Required action -
Two lines below mark the span: the one containing "#49=VERTEX_POINT('',#48);" and the one containing "FreeCAD Python script". Set down both, plus every line between, exactly as they stand, and nothing else.
........
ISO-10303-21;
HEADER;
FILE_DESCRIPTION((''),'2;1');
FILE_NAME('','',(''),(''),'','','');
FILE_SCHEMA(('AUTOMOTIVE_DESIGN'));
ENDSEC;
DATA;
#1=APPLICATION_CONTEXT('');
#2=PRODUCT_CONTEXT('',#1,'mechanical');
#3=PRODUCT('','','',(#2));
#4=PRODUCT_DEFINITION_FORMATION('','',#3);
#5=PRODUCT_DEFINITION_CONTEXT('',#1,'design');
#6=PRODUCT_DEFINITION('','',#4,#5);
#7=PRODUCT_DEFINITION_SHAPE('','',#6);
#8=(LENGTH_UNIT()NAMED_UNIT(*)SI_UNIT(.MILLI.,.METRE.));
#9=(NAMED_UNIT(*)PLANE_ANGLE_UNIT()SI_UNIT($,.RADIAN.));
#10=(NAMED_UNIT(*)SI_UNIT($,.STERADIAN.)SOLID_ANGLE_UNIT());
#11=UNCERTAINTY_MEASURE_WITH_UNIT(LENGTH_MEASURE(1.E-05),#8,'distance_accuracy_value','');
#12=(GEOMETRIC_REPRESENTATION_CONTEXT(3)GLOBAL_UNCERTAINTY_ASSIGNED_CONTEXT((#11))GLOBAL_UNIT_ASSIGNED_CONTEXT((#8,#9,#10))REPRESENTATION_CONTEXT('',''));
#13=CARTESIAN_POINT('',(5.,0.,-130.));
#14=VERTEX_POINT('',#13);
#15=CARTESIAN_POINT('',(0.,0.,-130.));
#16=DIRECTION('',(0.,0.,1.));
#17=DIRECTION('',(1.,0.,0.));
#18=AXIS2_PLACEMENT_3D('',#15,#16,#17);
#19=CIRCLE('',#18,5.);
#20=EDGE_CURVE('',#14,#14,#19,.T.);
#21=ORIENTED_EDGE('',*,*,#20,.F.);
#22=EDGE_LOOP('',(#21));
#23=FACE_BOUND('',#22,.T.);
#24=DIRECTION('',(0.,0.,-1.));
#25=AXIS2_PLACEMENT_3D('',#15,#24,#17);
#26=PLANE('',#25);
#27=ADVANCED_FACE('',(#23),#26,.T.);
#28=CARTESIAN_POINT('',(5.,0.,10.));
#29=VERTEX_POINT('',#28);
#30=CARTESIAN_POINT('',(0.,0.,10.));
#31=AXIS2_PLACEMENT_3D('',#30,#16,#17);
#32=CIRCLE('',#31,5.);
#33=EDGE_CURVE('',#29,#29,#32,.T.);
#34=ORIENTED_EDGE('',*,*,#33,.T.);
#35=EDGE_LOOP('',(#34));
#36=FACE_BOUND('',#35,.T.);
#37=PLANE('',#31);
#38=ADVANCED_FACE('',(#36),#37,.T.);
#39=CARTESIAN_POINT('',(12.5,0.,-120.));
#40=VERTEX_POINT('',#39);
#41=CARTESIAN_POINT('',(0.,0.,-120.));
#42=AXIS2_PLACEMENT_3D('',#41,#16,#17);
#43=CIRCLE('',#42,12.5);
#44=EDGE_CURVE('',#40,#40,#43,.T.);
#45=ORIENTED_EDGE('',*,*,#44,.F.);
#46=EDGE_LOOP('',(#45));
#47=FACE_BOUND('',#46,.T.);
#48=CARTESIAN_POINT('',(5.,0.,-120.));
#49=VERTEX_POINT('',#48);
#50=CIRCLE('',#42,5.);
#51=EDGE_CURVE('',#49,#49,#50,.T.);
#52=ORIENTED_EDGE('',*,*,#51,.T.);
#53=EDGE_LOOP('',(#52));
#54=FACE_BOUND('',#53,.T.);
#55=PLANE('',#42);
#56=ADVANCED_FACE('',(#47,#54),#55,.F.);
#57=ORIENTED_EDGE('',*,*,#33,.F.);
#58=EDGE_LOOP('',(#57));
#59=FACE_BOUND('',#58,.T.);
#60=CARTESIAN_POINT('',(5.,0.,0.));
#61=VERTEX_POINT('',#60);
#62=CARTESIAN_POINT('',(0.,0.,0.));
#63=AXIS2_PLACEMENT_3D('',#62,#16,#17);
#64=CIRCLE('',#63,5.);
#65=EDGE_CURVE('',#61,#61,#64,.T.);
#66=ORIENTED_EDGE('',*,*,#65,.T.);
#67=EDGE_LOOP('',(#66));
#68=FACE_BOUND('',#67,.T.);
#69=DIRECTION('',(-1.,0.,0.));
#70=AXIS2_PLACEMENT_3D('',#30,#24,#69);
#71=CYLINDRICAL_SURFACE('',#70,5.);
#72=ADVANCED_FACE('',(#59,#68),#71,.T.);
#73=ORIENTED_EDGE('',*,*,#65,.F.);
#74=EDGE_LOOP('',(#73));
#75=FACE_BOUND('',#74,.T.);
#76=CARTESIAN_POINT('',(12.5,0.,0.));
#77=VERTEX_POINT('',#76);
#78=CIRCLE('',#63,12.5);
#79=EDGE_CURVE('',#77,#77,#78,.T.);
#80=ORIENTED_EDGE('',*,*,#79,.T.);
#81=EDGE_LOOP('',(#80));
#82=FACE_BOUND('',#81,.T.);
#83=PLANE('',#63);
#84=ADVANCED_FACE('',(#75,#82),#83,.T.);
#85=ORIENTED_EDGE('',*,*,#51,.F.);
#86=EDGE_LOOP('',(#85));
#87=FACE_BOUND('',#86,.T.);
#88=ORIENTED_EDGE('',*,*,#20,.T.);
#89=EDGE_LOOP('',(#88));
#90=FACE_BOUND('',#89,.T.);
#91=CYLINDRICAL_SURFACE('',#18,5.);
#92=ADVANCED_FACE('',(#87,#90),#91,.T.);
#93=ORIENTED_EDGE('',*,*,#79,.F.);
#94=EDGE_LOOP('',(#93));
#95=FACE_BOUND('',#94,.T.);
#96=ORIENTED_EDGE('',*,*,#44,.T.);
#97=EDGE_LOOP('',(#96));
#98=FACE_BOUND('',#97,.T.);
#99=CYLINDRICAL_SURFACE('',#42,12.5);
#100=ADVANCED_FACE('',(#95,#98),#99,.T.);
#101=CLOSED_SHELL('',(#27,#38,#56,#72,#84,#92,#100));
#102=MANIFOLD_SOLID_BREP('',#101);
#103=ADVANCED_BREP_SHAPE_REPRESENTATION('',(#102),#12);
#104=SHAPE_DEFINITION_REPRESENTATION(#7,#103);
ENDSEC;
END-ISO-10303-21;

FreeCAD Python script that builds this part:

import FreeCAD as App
import Part
import Sketcher

V = App.Vector

doc = App.newDocument("Part")
body = doc.addObject("PartDesign::Body", "Body")

# Sketch on XY plane
sketch1 = body.newObject("Sketcher::SketchObject", "Sketch")
sketch1.AttachmentSupport = (doc.getObject("XY_Plane"), [""])
sketch1.MapMode = "FlatFace"
sketch1.addGeometry(Part.Circle(V(0, 0, 0), V(0, 0, 1), 12), False)
sketch1.addConstraint(Sketcher.Constraint("Coincident", 0, 3, -1, 1))
sketch1.addConstraint(Sketcher.Constraint("Diameter", 0, 25.0))
pad1 = body.newObject("PartDesign::Pad", "Pad")
pad1.Profile = sketch1
pad1.Length = 120
pad1.Reversed = True

# Sketch on XY plane
sketch2 = body.newObject("Sketcher::SketchObject", "Sketch001")
sketch2.AttachmentSupport = (doc.getObject("XY_Plane"), [""])
sketch2.MapMode = "FlatFace"
sketch2.addGeometry(Part.Circle(V(0, 0, 0), V(0, 0, 1), 5), False)
sketch2.addConstraint(Sketcher.Constraint("Coincident", 0, 3, -1, 1))
sketch2.addConstraint(Sketcher.Constraint("Diameter", 0, 10.0))
pad2 = body.newObject("PartDesign::Pad", "Pad001")
pad2.Profile = sketch2
pad2.Length = 10
doc.recompute()

datumplane = body.newObject("PartDesign::Plane", "DatumPlane")
datumplane.AttachmentSupport = (doc.getObject("XY_Plane"), [""])
datumplane.MapMode = "FlatFace"
datumplane.AttachmentOffset = App.Placement(V(0, 0, -60), App.Rotation())
mirrored = body.newObject("PartDesign::Mirrored", "Mirrored")
mirrored.Originals = [pad2]
mirrored.MirrorPlane = (datumplane, [""])
body.Tip = mirrored

doc.recompute()
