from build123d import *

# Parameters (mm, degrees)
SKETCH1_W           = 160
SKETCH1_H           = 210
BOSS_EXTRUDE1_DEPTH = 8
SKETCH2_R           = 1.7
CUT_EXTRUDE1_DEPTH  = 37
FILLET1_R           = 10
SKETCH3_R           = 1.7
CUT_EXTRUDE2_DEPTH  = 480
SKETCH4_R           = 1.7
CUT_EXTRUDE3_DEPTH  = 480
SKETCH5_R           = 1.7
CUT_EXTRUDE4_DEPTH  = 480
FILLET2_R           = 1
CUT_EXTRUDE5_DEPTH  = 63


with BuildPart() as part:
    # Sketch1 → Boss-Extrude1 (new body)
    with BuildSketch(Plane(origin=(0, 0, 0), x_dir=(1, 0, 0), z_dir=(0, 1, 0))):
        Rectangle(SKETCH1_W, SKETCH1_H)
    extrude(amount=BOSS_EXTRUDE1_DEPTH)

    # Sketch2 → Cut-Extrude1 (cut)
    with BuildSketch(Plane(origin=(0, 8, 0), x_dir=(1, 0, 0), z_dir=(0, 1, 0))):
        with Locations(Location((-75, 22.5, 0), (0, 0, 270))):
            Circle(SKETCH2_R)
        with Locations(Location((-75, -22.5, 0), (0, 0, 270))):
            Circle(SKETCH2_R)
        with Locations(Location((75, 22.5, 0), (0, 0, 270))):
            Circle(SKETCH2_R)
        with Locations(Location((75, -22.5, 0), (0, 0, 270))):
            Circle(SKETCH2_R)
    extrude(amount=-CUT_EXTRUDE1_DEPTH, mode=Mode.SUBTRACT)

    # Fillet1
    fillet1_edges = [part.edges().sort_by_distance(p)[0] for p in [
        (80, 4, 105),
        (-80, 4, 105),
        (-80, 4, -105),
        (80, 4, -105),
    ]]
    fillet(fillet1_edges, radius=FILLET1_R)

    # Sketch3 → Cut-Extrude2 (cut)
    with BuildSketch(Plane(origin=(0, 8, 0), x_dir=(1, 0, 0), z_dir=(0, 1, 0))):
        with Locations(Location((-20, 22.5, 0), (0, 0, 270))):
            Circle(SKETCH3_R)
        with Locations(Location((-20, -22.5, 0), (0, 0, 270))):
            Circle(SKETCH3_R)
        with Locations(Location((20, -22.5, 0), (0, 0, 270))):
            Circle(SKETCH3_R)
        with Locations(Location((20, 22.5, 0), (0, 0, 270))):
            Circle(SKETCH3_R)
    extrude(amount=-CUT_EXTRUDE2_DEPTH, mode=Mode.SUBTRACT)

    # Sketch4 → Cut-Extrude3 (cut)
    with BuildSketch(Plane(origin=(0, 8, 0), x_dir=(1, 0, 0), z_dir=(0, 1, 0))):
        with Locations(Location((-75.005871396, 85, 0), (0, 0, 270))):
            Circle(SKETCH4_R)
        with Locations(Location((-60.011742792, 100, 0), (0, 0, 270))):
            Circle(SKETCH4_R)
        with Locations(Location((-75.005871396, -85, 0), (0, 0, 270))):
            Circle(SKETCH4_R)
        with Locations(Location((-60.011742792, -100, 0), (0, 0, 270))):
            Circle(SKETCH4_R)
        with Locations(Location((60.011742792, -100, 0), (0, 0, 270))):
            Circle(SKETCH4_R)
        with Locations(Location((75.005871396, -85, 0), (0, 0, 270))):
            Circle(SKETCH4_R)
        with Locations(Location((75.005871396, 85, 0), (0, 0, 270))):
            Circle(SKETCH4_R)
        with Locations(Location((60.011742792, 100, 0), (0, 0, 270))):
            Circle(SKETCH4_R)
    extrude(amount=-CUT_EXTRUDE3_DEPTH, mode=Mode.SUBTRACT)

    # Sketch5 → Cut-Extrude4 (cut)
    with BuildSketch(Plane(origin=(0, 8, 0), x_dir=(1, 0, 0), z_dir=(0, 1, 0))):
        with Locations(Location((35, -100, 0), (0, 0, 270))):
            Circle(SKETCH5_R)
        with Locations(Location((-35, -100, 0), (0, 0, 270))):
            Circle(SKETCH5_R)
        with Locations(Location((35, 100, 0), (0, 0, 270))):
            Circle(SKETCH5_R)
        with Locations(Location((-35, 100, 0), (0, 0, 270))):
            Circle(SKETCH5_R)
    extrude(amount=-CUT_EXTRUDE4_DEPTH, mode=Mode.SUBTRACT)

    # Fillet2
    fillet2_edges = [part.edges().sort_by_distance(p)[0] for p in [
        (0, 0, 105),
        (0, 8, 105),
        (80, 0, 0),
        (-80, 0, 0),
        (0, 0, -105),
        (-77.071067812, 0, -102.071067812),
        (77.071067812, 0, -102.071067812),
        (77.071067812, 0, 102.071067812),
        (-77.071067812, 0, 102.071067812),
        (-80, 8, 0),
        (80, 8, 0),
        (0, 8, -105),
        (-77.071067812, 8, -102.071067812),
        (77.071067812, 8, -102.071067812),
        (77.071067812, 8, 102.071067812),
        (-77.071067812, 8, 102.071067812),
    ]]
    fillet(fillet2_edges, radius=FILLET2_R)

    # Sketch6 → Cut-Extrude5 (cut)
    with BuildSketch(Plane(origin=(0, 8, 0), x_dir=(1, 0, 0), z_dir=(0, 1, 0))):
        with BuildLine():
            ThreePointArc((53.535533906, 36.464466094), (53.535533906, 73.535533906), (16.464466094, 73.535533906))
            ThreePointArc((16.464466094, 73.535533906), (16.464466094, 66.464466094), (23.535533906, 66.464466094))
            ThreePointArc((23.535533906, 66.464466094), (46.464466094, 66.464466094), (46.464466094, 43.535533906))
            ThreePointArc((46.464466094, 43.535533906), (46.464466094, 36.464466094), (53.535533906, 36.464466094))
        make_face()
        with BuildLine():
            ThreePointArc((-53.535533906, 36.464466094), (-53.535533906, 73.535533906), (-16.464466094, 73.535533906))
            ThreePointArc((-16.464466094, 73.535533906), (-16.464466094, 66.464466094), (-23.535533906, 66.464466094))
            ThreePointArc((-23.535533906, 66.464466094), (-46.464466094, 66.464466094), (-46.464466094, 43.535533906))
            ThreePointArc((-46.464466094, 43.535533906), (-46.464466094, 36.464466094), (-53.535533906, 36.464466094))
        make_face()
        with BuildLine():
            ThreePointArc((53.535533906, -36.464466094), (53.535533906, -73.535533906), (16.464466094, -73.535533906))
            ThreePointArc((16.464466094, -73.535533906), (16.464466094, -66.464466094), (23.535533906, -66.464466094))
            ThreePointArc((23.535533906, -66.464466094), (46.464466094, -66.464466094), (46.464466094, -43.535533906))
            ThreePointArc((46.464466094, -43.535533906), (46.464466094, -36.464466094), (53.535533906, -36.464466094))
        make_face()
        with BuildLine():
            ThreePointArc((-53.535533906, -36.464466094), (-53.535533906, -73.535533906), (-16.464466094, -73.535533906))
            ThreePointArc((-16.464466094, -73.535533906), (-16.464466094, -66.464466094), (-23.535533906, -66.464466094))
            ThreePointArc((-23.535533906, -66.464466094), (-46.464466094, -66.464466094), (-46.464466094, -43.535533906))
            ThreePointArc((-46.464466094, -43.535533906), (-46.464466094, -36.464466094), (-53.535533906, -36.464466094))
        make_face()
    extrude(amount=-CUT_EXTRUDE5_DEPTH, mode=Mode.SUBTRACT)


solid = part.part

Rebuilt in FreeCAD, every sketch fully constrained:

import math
import FreeCAD as App
import Part
import Sketcher
from FreeCAD import Vector
Q = App.Units.Quantity


def edges_at(feature, points):
    """Names of the edges that pass closest to the given points."""
    edges = feature.Shape.Edges
    near = lambda p: min(range(len(edges)), key=lambda i: edges[i].distToShape(Part.Vertex(*p))[0])
    return sorted({f"Edge{near(p) + 1}" for p in points})

doc = App.newDocument("Part")
params = doc.addObject("Spreadsheet::Sheet", "Params")
for row, (alias, value) in enumerate([
    ("sketch1_width", "160 mm"),
    ("sketch1_height", "210 mm"),
    ("pad1_length", "8 mm"),
    ("sketch2_diameter", "3.4 mm"),
    ("pocket1_length", "37 mm"),
    ("fillet_radius", "10 mm"),
    ("sketch3_diameter", "3.4 mm"),
    ("pocket2_length", "480 mm"),
    ("sketch4_diameter", "3.4 mm"),
    ("pocket3_length", "480 mm"),
    ("sketch5_diameter", "3.4 mm"),
    ("pocket4_length", "480 mm"),
    ("fillet2_radius", "1 mm"),
    ("sketch6_radius", "5 mm"),
    ("pocket5_length", "63 mm"),
], start=1):
    params.set(f"A{row}", alias)
    params.set(f"B{row}", "=" + value)
    params.setAlias(f"B{row}", alias)

body = doc.addObject("PartDesign::Body", "Body")

sketch1 = body.newObject("Sketcher::SketchObject", "Sketch")
sketch1.AttachmentSupport = (doc.getObject("XZ_Plane"), [""])
sketch1.MapMode = "FlatFace"
sketch1.addGeometry([
    Part.LineSegment(Vector(-80, -105, 0), Vector(-80, 105, 0)),
    Part.LineSegment(Vector(-80, 105, 0), Vector(80, 105, 0)),
    Part.LineSegment(Vector(80, 105, 0), Vector(80, -105, 0)),
    Part.LineSegment(Vector(80, -105, 0), Vector(-80, -105, 0)),
], False)
sketch1.addConstraint([
    Sketcher.Constraint("Coincident", 0, 2, 1, 1),
    Sketcher.Constraint("Coincident", 1, 2, 2, 1),
    Sketcher.Constraint("Coincident", 2, 2, 3, 1),
    Sketcher.Constraint("Coincident", 3, 2, 0, 1),
    Sketcher.Constraint("Vertical", 0),
    Sketcher.Constraint("Horizontal", 1),
    Sketcher.Constraint("Vertical", 2),
    Sketcher.Constraint("Horizontal", 3),
    Sketcher.Constraint("Symmetric", 0, 2, 2, 2, -1, 1),
    Sketcher.Constraint("DistanceX", 1, 1, 1, 2, Q("160 mm")),
    Sketcher.Constraint("DistanceY", 0, 1, 0, 2, Q("210 mm")),
])
sketch1.setExpression("Constraints[9]", "Params.sketch1_width")
sketch1.setExpression("Constraints[10]", "Params.sketch1_height")
pad1 = body.newObject("PartDesign::Pad", "Pad")
pad1.Profile = sketch1
pad1.setExpression("Length", "Params.pad1_length")
pad1.Reversed = True

sketch2 = body.newObject("Sketcher::SketchObject", "Sketch001")
sketch2.AttachmentSupport = (doc.getObject("XZ_Plane"), [""])
sketch2.MapMode = "FlatFace"
sketch2.AttachmentOffset = App.Placement(Vector(0, 0, -8), App.Rotation())
sketch2.addGeometry([
    Part.Circle(Vector(-75, -22.5, 0), Vector(0, 0, 1), 1.7),
    Part.Circle(Vector(-75, 22.5, 0), Vector(0, 0, 1), 1.7),
    Part.Circle(Vector(75, -22.5, 0), Vector(0, 0, 1), 1.7),
    Part.Circle(Vector(75, 22.5, 0), Vector(0, 0, 1), 1.7),
], False)
sketch2.addConstraint([
    Sketcher.Constraint("Equal", 0, 1),
    Sketcher.Constraint("Equal", 1, 2),
    Sketcher.Constraint("Equal", 2, 3),
    Sketcher.Constraint("Symmetric", 1, 3, 2, 3, -1, 1),
    Sketcher.Constraint("Symmetric", 0, 3, 3, 3, -1, 1),
    Sketcher.Constraint("Symmetric", 0, 3, 2, 3, -2),
    Sketcher.Constraint("Diameter", 0, Q("3.4 mm")),
    Sketcher.Constraint("DistanceX", 0, 3, -1, 1, Q("75 mm")),
    Sketcher.Constraint("DistanceY", 0, 3, 1, 3, Q("45 mm")),
])
sketch2.setExpression("Constraints[6]", "Params.sketch2_diameter")
pocket1 = body.newObject("PartDesign::Pocket", "Pocket")
pocket1.Profile = sketch2
pocket1.setExpression("Length", "Params.pocket1_length")
pocket1.Reversed = True
doc.recompute()

fillet = body.newObject("PartDesign::Fillet", "Fillet")
fillet.Base = (pocket1, edges_at(pocket1, [
    (80, 4, 105),
    (-80, 4, 105),
    (-80, 4, -105),
    (80, 4, -105),
]))
fillet.setExpression("Radius", "Params.fillet_radius")

sketch3 = body.newObject("Sketcher::SketchObject", "Sketch002")
sketch3.AttachmentSupport = (doc.getObject("XZ_Plane"), [""])
sketch3.MapMode = "FlatFace"
sketch3.AttachmentOffset = App.Placement(Vector(0, 0, -8), App.Rotation())
sketch3.addGeometry([
    Part.Circle(Vector(-20, -22.5, 0), Vector(0, 0, 1), 1.7),
    Part.Circle(Vector(-20, 22.5, 0), Vector(0, 0, 1), 1.7),
    Part.Circle(Vector(20, 22.5, 0), Vector(0, 0, 1), 1.7),
    Part.Circle(Vector(20, -22.5, 0), Vector(0, 0, 1), 1.7),
], False)
sketch3.addConstraint([
    Sketcher.Constraint("Equal", 0, 1),
    Sketcher.Constraint("Equal", 1, 2),
    Sketcher.Constraint("Equal", 2, 3),
    Sketcher.Constraint("Symmetric", 0, 3, 2, 3, -1, 1),
    Sketcher.Constraint("Symmetric", 1, 3, 3, 3, -1, 1),
    Sketcher.Constraint("Symmetric", 1, 3, 2, 3, -2),
    Sketcher.Constraint("Diameter", 0, Q("3.4 mm")),
    Sketcher.Constraint("DistanceX", 0, 3, -1, 1, Q("20 mm")),
    Sketcher.Constraint("DistanceY", 0, 3, 1, 3, Q("45 mm")),
])
sketch3.setExpression("Constraints[6]", "Params.sketch3_diameter")
pocket2 = body.newObject("PartDesign::Pocket", "Pocket001")
pocket2.Profile = sketch3
pocket2.setExpression("Length", "Params.pocket2_length")
pocket2.Reversed = True

sketch4 = body.newObject("Sketcher::SketchObject", "Sketch003")
sketch4.AttachmentSupport = (doc.getObject("XZ_Plane"), [""])
sketch4.MapMode = "FlatFace"
sketch4.AttachmentOffset = App.Placement(Vector(0, 0, -8), App.Rotation())
sketch4.addGeometry([
    Part.Circle(Vector(-75.005871, -85, 0), Vector(0, 0, 1), 1.7),
    Part.Circle(Vector(-60.011743, -100, 0), Vector(0, 0, 1), 1.7),
    Part.Circle(Vector(-75.005871, 85, 0), Vector(0, 0, 1), 1.7),
    Part.Circle(Vector(-60.011743, 100, 0), Vector(0, 0, 1), 1.7),
    Part.Circle(Vector(60.011743, 100, 0), Vector(0, 0, 1), 1.7),
    Part.Circle(Vector(75.005871, 85, 0), Vector(0, 0, 1), 1.7),
    Part.Circle(Vector(75.005871, -85, 0), Vector(0, 0, 1), 1.7),
    Part.Circle(Vector(60.011743, -100, 0), Vector(0, 0, 1), 1.7),
], False)
sketch4.addConstraint([
    Sketcher.Constraint("Equal", 0, 1),
    Sketcher.Constraint("Equal", 1, 2),
    Sketcher.Constraint("Equal", 2, 3),
    Sketcher.Constraint("Equal", 3, 4),
    Sketcher.Constraint("Equal", 4, 5),
    Sketcher.Constraint("Equal", 5, 6),
    Sketcher.Constraint("Equal", 6, 7),
    Sketcher.Constraint("Symmetric", 1, 3, 4, 3, -1, 1),
    Sketcher.Constraint("Symmetric", 0, 3, 5, 3, -1, 1),
    Sketcher.Constraint("Symmetric", 2, 3, 6, 3, -1, 1),
    Sketcher.Constraint("Symmetric", 3, 3, 7, 3, -1, 1),
    Sketcher.Constraint("Symmetric", 3, 3, 4, 3, -2),
    Sketcher.Constraint("Symmetric", 2, 3, 5, 3, -2),
    Sketcher.Constraint("Diameter", 0, Q("3.4 mm")),
    Sketcher.Constraint("DistanceY", 0, 3, -1, 1, Q("85 mm")),
    Sketcher.Constraint("DistanceY", 1, 3, -1, 1, Q("100 mm")),
    Sketcher.Constraint("DistanceX", 0, 3, -1, 1, Q("75.005871 mm")),
    Sketcher.Constraint("DistanceX", 0, 3, 1, 3, Q("14.994129 mm")),
])
sketch4.setExpression("Constraints[13]", "Params.sketch4_diameter")
pocket3 = body.newObject("PartDesign::Pocket", "Pocket002")
pocket3.Profile = sketch4
pocket3.setExpression("Length", "Params.pocket3_length")
pocket3.Reversed = True

sketch5 = body.newObject("Sketcher::SketchObject", "Sketch004")
sketch5.AttachmentSupport = (doc.getObject("XZ_Plane"), [""])
sketch5.MapMode = "FlatFace"
sketch5.AttachmentOffset = App.Placement(Vector(0, 0, -8), App.Rotation())
sketch5.addGeometry([
    Part.Circle(Vector(35, 100, 0), Vector(0, 0, 1), 1.7),
    Part.Circle(Vector(-35, 100, 0), Vector(0, 0, 1), 1.7),
    Part.Circle(Vector(35, -100, 0), Vector(0, 0, 1), 1.7),
    Part.Circle(Vector(-35, -100, 0), Vector(0, 0, 1), 1.7),
], False)
sketch5.addConstraint([
    Sketcher.Constraint("Equal", 0, 1),
    Sketcher.Constraint("Equal", 1, 2),
    Sketcher.Constraint("Equal", 2, 3),
    Sketcher.Constraint("Symmetric", 1, 3, 2, 3, -1, 1),
    Sketcher.Constraint("Symmetric", 0, 3, 3, 3, -1, 1),
    Sketcher.Constraint("Symmetric", 0, 3, 1, 3, -2),
    Sketcher.Constraint("Diameter", 0, Q("3.4 mm")),
    Sketcher.Constraint("DistanceX", -1, 1, 0, 3, Q("35 mm")),
    Sketcher.Constraint("DistanceY", -1, 1, 0, 3, Q("100 mm")),
])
........
Task answer -
#49=VERTEX_POINT('',#48);
#50=CIRCLE('',#42,5.);
#51=EDGE_CURVE('',#49,#49,#50,.T.);
#52=ORIENTED_EDGE('',*,*,#51,.T.);
#53=EDGE_LOOP('',(#52));
#54=FACE_BOUND('',#53,.T.);
#55=PLANE('',#42);
#56=ADVANCED_FACE('',(#47,#54),#55,.F.);
#57=ORIENTED_EDGE('',*,*,#33,.F.);
#58=EDGE_LOOP('',(#57));
#59=FACE_BOUND('',#58,.T.);
#60=CARTESIAN_POINT('',(5.,0.,0.));
#61=VERTEX_POINT('',#60);
#62=CARTESIAN_POINT('',(0.,0.,0.));
#63=AXIS2_PLACEMENT_3D('',#62,#16,#17);
#64=CIRCLE('',#63,5.);
#65=EDGE_CURVE('',#61,#61,#64,.T.);
#66=ORIENTED_EDGE('',*,*,#65,.T.);
#67=EDGE_LOOP('',(#66));
#68=FACE_BOUND('',#67,.T.);
#69=DIRECTION('',(-1.,0.,0.));
#70=AXIS2_PLACEMENT_3D('',#30,#24,#69);
#71=CYLINDRICAL_SURFACE('',#70,5.);
#72=ADVANCED_FACE('',(#59,#68),#71,.T.);
#73=ORIENTED_EDGE('',*,*,#65,.F.);
#74=EDGE_LOOP('',(#73));
#75=FACE_BOUND('',#74,.T.);
#76=CARTESIAN_POINT('',(12.5,0.,0.));
#77=VERTEX_POINT('',#76);
#78=CIRCLE('',#63,12.5);
#79=EDGE_CURVE('',#77,#77,#78,.T.);
#80=ORIENTED_EDGE('',*,*,#79,.T.);
#81=EDGE_LOOP('',(#80));
#82=FACE_BOUND('',#81,.T.);
#83=PLANE('',#63);
#84=ADVANCED_FACE('',(#75,#82),#83,.T.);
#85=ORIENTED_EDGE('',*,*,#51,.F.);
#86=EDGE_LOOP('',(#85));
#87=FACE_BOUND('',#86,.T.);
#88=ORIENTED_EDGE('',*,*,#20,.T.);
#89=EDGE_LOOP('',(#88));
#90=FACE_BOUND('',#89,.T.);
#91=CYLINDRICAL_SURFACE('',#18,5.);
#92=ADVANCED_FACE('',(#87,#90),#91,.T.);
#93=ORIENTED_EDGE('',*,*,#79,.F.);
#94=EDGE_LOOP('',(#93));
#95=FACE_BOUND('',#94,.T.);
#96=ORIENTED_EDGE('',*,*,#44,.T.);
#97=EDGE_LOOP('',(#96));
#98=FACE_BOUND('',#97,.T.);
#99=CYLINDRICAL_SURFACE('',#42,12.5);
#100=ADVANCED_FACE('',(#95,#98),#99,.T.);
#101=CLOSED_SHELL('',(#27,#38,#56,#72,#84,#92,#100));
#102=MANIFOLD_SOLID_BREP('',#101);
#103=ADVANCED_BREP_SHAPE_REPRESENTATION('',(#102),#12);
#104=SHAPE_DEFINITION_REPRESENTATION(#7,#103);
ENDSEC;
END-ISO-10303-21;

FreeCAD Python script that builds this part:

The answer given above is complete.